Ranhill oh Ranhill

INVESTMENT HIGHLIGHTS

  • We initiate coverage of Ranhill with a BUY and TP of RM1.15/share. At just 8x FY19F earnings, Ranhill is a deeply undervalued utility play paying out solid 8% dividend yields
  • Via a stake in Tawau Green Energy, Ranhill is an early cycle play into the development of geothermal power in Malaysia
  • More importantly, Ranhill is a solid proxy to the water sewerage integration drive, which could drive a double-digit earnings expansion
  • Near-term, earnings is expected to gap-up from scheduled rate hike for Johor water operations
Initiating coverage with a BUY. We initiate coverage of Ranhill Holdings (Ranhill) with a BUY and a TP of RM1.15/share. Our conviction is premised on: (1) Solid 8% dividend yields backed by asset-light water business (2) Double-digit earnings gap-up from scheduled rate hike for water operation (3) Emerging play in the renewable energy sector (4) Imminent entry into sewerage services (5) Favourable risk reward at current depressed valuations of just 8x FY19F earnings.

Overlooked potential. Ranhill is an overlooked, hence underinstitutionalised, utilities play with exposures both the water and power sectors. The group is the most profitable water operator in the country with a solid 19 years track record in Johor and the largest IPP in Sabah. Backed by cash flows from its asset-light water operations (mainly) and management’s commitment to an at least 60% payout, Ranhill entails solid dividend yields of 8%. Earnings is set to gap-up from FY19F on an impending water tariff hike which will drive a 12% growth next year.

Emerging renewable energy play. Via a 26.7% stake in Tawau Green Energy Sdn Bhd (TGE) Ranhill is the only listed play into the country’s 1st geothermal development project, located in Tawau, Sabah. Backed by a 21-year REPPA and a conservative 30MW initial capacity (full potential of 100MW capacity), TGE is expected to generate attractive IRR in the low teens and could raise our valuations by a further 4%. Ranhill is in fact looking to raise its stake in TGE to 50% which can in turn almost double the value accretion.

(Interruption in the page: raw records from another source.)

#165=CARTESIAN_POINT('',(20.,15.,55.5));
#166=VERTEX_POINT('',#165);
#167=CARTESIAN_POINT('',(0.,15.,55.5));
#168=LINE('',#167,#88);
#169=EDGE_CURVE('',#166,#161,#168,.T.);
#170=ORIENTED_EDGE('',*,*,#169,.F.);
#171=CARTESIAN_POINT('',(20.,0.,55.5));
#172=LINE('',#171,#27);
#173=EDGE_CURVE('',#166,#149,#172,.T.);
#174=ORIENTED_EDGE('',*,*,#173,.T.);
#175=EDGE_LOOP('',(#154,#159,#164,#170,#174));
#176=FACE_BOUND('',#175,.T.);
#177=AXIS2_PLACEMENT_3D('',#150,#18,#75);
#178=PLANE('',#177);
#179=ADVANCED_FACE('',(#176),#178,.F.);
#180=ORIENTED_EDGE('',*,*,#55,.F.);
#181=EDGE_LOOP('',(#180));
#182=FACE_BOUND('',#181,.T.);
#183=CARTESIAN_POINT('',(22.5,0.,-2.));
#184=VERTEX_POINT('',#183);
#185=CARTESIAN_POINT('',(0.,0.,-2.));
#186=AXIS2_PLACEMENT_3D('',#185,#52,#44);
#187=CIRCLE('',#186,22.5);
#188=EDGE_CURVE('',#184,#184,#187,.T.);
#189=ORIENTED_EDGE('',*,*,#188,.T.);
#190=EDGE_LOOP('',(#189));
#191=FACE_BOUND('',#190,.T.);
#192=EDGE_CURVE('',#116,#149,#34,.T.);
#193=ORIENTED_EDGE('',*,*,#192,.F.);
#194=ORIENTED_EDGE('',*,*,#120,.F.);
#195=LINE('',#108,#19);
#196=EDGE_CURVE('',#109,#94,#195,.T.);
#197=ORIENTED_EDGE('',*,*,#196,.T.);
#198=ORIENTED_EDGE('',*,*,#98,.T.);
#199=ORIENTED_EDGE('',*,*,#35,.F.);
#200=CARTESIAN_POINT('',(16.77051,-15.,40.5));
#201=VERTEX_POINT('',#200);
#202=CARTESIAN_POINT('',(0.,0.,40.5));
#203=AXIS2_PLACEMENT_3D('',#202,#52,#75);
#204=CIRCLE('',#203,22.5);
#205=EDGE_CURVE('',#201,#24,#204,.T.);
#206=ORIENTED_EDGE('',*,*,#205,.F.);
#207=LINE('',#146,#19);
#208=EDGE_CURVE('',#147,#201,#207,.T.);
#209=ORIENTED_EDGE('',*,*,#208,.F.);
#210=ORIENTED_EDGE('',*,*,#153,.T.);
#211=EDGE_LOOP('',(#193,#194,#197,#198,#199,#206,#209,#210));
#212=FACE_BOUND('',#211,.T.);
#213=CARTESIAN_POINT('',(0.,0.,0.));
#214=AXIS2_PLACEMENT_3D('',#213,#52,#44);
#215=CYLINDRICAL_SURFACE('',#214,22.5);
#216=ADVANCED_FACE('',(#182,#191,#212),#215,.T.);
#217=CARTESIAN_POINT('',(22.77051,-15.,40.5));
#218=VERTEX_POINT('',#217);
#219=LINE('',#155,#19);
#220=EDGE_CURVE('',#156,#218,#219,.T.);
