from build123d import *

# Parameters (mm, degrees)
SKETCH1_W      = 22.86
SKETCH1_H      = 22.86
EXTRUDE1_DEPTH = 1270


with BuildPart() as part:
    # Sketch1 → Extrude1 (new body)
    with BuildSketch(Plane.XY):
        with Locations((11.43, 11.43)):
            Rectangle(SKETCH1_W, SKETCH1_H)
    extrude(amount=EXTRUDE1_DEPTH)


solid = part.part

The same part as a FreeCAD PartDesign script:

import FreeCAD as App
import Part
import Sketcher
from FreeCAD import Vector
Q = App.Units.Quantity


def add_polygon(sketch, points):
    """Adds a closed chain of lines whose ends are joined by coincident constraints."""
    first, n = sketch.GeometryCount, len(points)
    for a, b in zip(points, points[1:] + points[:1]):
        sketch.addGeometry(Part.LineSegment(App.Vector(*a, 0), App.Vector(*b, 0)), False)
    for i in range(n):
        sketch.addConstraint(Sketcher.Constraint("Coincident", first + i, 2, first + (i + 1) % n, 1))

doc = App.newDocument("Part")
body = doc.addObject("PartDesign::Body", "Body")

sketch1 = doc.addObject("Sketcher::SketchObject", "Sketch")
body.addObject(sketch1)
sketch1.AttachmentSupport = (doc.XY_Plane, [""])
sketch1.MapMode = "FlatFace"
add_polygon(sketch1, [(0, 23), (0, 0), (23, 0), (23, 23)])
sketch1.addConstraint(Sketcher.Constraint("Vertical", 0))
sketch1.addConstraint(Sketcher.Constraint("Horizontal", 1))
sketch1.addConstraint(Sketcher.Constraint("Vertical", 2))
sketch1.addConstraint(Sketcher.Constraint("Horizontal", 3))
sketch1.addConstraint(Sketcher.Constraint("Coincident", 0, 2, -1, 1))
sketch1.addConstraint(Sketcher.Constraint("Equal", 3, 0))
sketch1.addConstraint(Sketcher.Constraint("DistanceX", 1, 1, 1, 2, Q("0.9 in")))
pad1 = doc.addObject("PartDesign::Pad", "Pad")
body.addObject(pad1)
pad1.Profile = sketch1
pad1.Length = Q("50 in")

doc.recompute()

Proxy to water-sewerage integration. In line with the direction set by the Water Services Industry Act 2006 and on the back of a strong track record in Johor, Ranhill had signed an MoU with Indah Water to explore joint billing and ultimately, take-over Johor’s sewerage operations. A switch to a volumetric tariff regime could turn around the currently loss making sewerage operations (under IWK) and has the potential to drive a massive 30% earnings expansion for Ranhill.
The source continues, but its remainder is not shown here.